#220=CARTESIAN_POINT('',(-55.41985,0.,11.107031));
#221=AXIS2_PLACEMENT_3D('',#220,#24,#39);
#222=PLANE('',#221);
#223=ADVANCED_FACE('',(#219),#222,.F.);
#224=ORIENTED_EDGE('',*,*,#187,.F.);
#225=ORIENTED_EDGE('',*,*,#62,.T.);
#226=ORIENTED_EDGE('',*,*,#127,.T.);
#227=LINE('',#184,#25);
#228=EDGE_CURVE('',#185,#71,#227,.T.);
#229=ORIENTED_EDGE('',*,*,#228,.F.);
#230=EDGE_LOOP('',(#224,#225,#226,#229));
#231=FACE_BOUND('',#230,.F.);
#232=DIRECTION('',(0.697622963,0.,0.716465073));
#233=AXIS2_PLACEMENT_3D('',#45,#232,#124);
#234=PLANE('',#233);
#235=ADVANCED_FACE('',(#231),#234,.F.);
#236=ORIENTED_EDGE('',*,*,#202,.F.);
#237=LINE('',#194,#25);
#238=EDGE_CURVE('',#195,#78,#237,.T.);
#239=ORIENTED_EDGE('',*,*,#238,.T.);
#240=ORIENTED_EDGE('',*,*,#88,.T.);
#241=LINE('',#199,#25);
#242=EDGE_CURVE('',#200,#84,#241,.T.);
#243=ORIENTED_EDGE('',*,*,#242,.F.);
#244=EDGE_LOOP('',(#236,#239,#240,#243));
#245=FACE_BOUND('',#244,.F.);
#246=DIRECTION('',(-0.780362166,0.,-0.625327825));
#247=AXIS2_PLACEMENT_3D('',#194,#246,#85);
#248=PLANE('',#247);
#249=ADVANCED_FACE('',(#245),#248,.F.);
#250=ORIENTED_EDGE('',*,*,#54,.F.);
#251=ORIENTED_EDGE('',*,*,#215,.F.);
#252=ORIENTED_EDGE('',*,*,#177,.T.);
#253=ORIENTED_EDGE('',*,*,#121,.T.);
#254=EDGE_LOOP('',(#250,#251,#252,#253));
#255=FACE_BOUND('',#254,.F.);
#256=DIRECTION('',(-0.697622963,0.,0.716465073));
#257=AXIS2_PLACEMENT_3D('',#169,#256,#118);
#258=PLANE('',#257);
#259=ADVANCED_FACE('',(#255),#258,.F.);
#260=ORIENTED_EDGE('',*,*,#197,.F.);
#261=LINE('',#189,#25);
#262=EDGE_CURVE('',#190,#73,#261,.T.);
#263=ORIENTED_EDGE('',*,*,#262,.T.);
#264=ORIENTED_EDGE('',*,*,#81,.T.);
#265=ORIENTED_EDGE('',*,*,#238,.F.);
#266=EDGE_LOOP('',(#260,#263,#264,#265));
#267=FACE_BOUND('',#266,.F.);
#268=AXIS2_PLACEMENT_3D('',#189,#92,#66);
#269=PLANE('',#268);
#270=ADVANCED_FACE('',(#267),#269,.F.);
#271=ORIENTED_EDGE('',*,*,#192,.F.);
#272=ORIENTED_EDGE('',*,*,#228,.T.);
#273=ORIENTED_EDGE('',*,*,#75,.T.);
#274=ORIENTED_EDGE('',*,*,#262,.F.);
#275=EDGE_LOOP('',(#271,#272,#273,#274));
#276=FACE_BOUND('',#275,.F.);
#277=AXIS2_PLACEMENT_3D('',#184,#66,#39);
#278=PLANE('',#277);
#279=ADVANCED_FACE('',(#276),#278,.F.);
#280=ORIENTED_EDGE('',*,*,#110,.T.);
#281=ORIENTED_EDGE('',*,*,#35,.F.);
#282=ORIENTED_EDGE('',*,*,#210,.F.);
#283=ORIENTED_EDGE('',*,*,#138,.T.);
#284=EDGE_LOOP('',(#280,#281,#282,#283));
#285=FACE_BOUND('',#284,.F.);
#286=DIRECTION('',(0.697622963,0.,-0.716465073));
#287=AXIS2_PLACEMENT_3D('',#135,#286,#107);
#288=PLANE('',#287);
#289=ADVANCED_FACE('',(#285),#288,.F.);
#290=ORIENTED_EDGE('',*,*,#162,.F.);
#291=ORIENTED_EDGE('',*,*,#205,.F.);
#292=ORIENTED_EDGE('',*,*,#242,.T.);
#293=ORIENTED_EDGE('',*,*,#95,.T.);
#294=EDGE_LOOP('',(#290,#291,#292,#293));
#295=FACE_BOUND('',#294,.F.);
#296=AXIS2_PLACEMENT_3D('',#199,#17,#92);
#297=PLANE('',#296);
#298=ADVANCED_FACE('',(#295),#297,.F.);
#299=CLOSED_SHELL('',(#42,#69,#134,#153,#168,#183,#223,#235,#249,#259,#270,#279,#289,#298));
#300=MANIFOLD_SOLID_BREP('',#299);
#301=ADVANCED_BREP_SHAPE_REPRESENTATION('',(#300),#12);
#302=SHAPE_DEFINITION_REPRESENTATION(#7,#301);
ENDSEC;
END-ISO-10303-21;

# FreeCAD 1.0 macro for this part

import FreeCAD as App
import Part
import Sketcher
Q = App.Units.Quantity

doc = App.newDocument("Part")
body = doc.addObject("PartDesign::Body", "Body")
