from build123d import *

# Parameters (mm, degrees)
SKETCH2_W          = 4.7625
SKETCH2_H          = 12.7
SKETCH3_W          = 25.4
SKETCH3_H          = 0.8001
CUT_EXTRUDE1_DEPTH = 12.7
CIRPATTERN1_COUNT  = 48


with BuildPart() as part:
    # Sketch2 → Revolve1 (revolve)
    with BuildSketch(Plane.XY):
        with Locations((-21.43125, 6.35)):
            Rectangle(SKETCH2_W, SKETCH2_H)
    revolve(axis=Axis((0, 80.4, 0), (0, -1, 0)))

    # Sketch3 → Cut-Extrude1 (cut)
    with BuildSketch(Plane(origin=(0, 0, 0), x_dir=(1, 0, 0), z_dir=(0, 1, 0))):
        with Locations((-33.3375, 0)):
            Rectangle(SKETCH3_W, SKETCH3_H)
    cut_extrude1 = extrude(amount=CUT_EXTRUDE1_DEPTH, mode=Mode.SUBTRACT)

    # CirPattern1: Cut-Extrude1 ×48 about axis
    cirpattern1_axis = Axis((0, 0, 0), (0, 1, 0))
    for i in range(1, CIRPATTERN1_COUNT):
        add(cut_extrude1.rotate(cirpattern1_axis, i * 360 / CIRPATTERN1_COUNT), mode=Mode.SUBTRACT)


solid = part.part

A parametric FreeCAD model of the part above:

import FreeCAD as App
import Part
import Sketcher
Q = App.Units.Quantity

doc = App.newDocument("Part")
params = doc.addObject("Spreadsheet::Sheet", "Params")
for row, (alias, value) in enumerate([
    ("sketch1_height", "0.5 in"),
    ("sketch1_width", "0.1875 in"),
    ("revolution_angle", "360 deg"),
    ("sketch2_width", "1 in"),
    ("pocket1_length", "0.5 in"),
], start=1):
    params.set(f"A{row}", alias)
    params.set(f"B{row}", "=" + value)
    params.setAlias(f"B{row}", alias)

body = doc.addObject("PartDesign::Body", "Body")

sketch1 = body.newObject("Sketcher::SketchObject", "Sketch")
sketch1.AttachmentSupport = (doc.getObject("XY_Plane"), [""])
sketch1.MapMode = "FlatFace"
sketch1.addGeometry([
    Part.LineSegment(App.Vector(-23.8, 12.7, 0), App.Vector(-23.8, 0, 0)),
    Part.LineSegment(App.Vector(-23.8, 0, 0), App.Vector(-19.1, 0, 0)),
    Part.LineSegment(App.Vector(-19.1, 0, 0), App.Vector(-19.1, 12.7, 0)),
    Part.LineSegment(App.Vector(-19.1, 12.7, 0), App.Vector(-23.8, 12.7, 0)),
], False)
sketch1.addConstraint([
    Sketcher.Constraint("Coincident", 0, 2, 1, 1),
    Sketcher.Constraint("Coincident", 1, 2, 2, 1),
    Sketcher.Constraint("Coincident", 2, 2, 3, 1),
    Sketcher.Constraint("Coincident", 3, 2, 0, 1),
    Sketcher.Constraint("Vertical", 0),
    Sketcher.Constraint("Horizontal", 1),
    Sketcher.Constraint("Vertical", 2),
    Sketcher.Constraint("Horizontal", 3),
    Sketcher.Constraint("PointOnObject", 0, 2, -1),
    Sketcher.Constraint("DistanceY", 0, 2, 0, 1, Q("0.5 in")),
    Sketcher.Constraint("DistanceX", 1, 1, 1, 2, Q("0.1875 in")),
    Sketcher.Constraint("DistanceX", 1, 2, -1, 1, Q("0.75 in")),
])
sketch1.setExpression("Constraints[9]", "Params.sketch1_height")
sketch1.setExpression("Constraints[10]", "Params.sketch1_width")
revolution = body.newObject("PartDesign::Revolution", "Revolution")
revolution.Profile = sketch1
revolution.ReferenceAxis = (sketch1, ["V_Axis"])
revolution.setExpression("Angle", "Params.revolution_angle")

sketch2 = body.newObject("Sketcher::SketchObject", "Sketch001")
sketch2.AttachmentSupport = (doc.getObject("XZ_Plane"), [""])
sketch2.MapMode = "FlatFace"
sketch2.addGeometry([
    Part.LineSegment(App.Vector(-46, -0.4, 0), App.Vector(-46, 0.4, 0)),
    Part.LineSegment(App.Vector(-46, 0.4, 0), App.Vector(-20.6, 0.4, 0)),
    Part.LineSegment(App.Vector(-20.6, 0.4, 0), App.Vector(-20.6, -0.4, 0)),
    Part.LineSegment(App.Vector(-20.6, -0.4, 0), App.Vector(-46, -0.4, 0)),
], False)
sketch2.addConstraint([
    Sketcher.Constraint("Coincident", 0, 2, 1, 1),
    Sketcher.Constraint("Coincident", 1, 2, 2, 1),
    Sketcher.Constraint("Coincident", 2, 2, 3, 1),
    Sketcher.Constraint("Coincident", 3, 2, 0, 1),
    Sketcher.Constraint("Vertical", 0),
    Sketcher.Constraint("Horizontal", 1),
    Sketcher.Constraint("Vertical", 2),
    Sketcher.Constraint("Horizontal", 3),
    Sketcher.Constraint("DistanceX", 1, 1, 1, 2, Q("1 in")),
    Sketcher.Constraint("DistanceY", 0, 1, 0, 2, Q("0.0315 in")),
    Sketcher.Constraint("DistanceX", 0, 2, -1, 1, Q("1.8125 in")),
    Sketcher.Constraint("DistanceY", -1, 1, 0, 2, 0.40005),
])
sketch2.setExpression("Constraints[8]", "Params.sketch2_width")
pocket1 = body.newObject("PartDesign::Pocket", "Pocket")
pocket1.Profile = sketch2
pocket1.setExpression("Length", "Params.pocket1_length")
doc.recompute()

polarpattern = body.newObject("PartDesign::PolarPattern", "PolarPattern")
polarpattern.Originals = [pocket1]
polarpattern.Axis = (doc.getObject("Y_Axis"), [""])
polarpattern.Angle = 360
polarpattern.Occurrences = 48
body.Tip = polarpattern

doc.recompute()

■ **Task prompt**
All lines in the listing above between the line with "#243=ORIENTED_EDGE('',*,*,#242,.F.);" and the line with "#263=ORIENTED_EDGE('',*,*,#262,.T.);", inclusive, should be set down exactly, and no line outside that range.

■ **Reply**
#243=ORIENTED_EDGE('',*,*,#242,.F.);
#244=EDGE_LOOP('',(#236,#239,#240,#243));
#245=FACE_BOUND('',#244,.F.);
#246=DIRECTION('',(-0.780362166,0.,-0.625327825));
#247=AXIS2_PLACEMENT_3D('',#194,#246,#85);
#248=PLANE('',#247);
#249=ADVANCED_FACE('',(#245),#248,.F.);
#250=ORIENTED_EDGE('',*,*,#54,.F.);
#251=ORIENTED_EDGE('',*,*,#215,.F.);
#252=ORIENTED_EDGE('',*,*,#177,.T.);
#253=ORIENTED_EDGE('',*,*,#121,.T.);
#254=EDGE_LOOP('',(#250,#251,#252,#253));
#255=FACE_BOUND('',#254,.F.);
#256=DIRECTION('',(-0.697622963,0.,0.716465073));
#257=AXIS2_PLACEMENT_3D('',#169,#256,#118);
#258=PLANE('',#257);
#259=ADVANCED_FACE('',(#255),#258,.F.);
#260=ORIENTED_EDGE('',*,*,#197,.F.);
#261=LINE('',#189,#25);
#262=EDGE_CURVE('',#190,#73,#261,.T.);
#263=ORIENTED_EDGE('',*,*,#262,.T.);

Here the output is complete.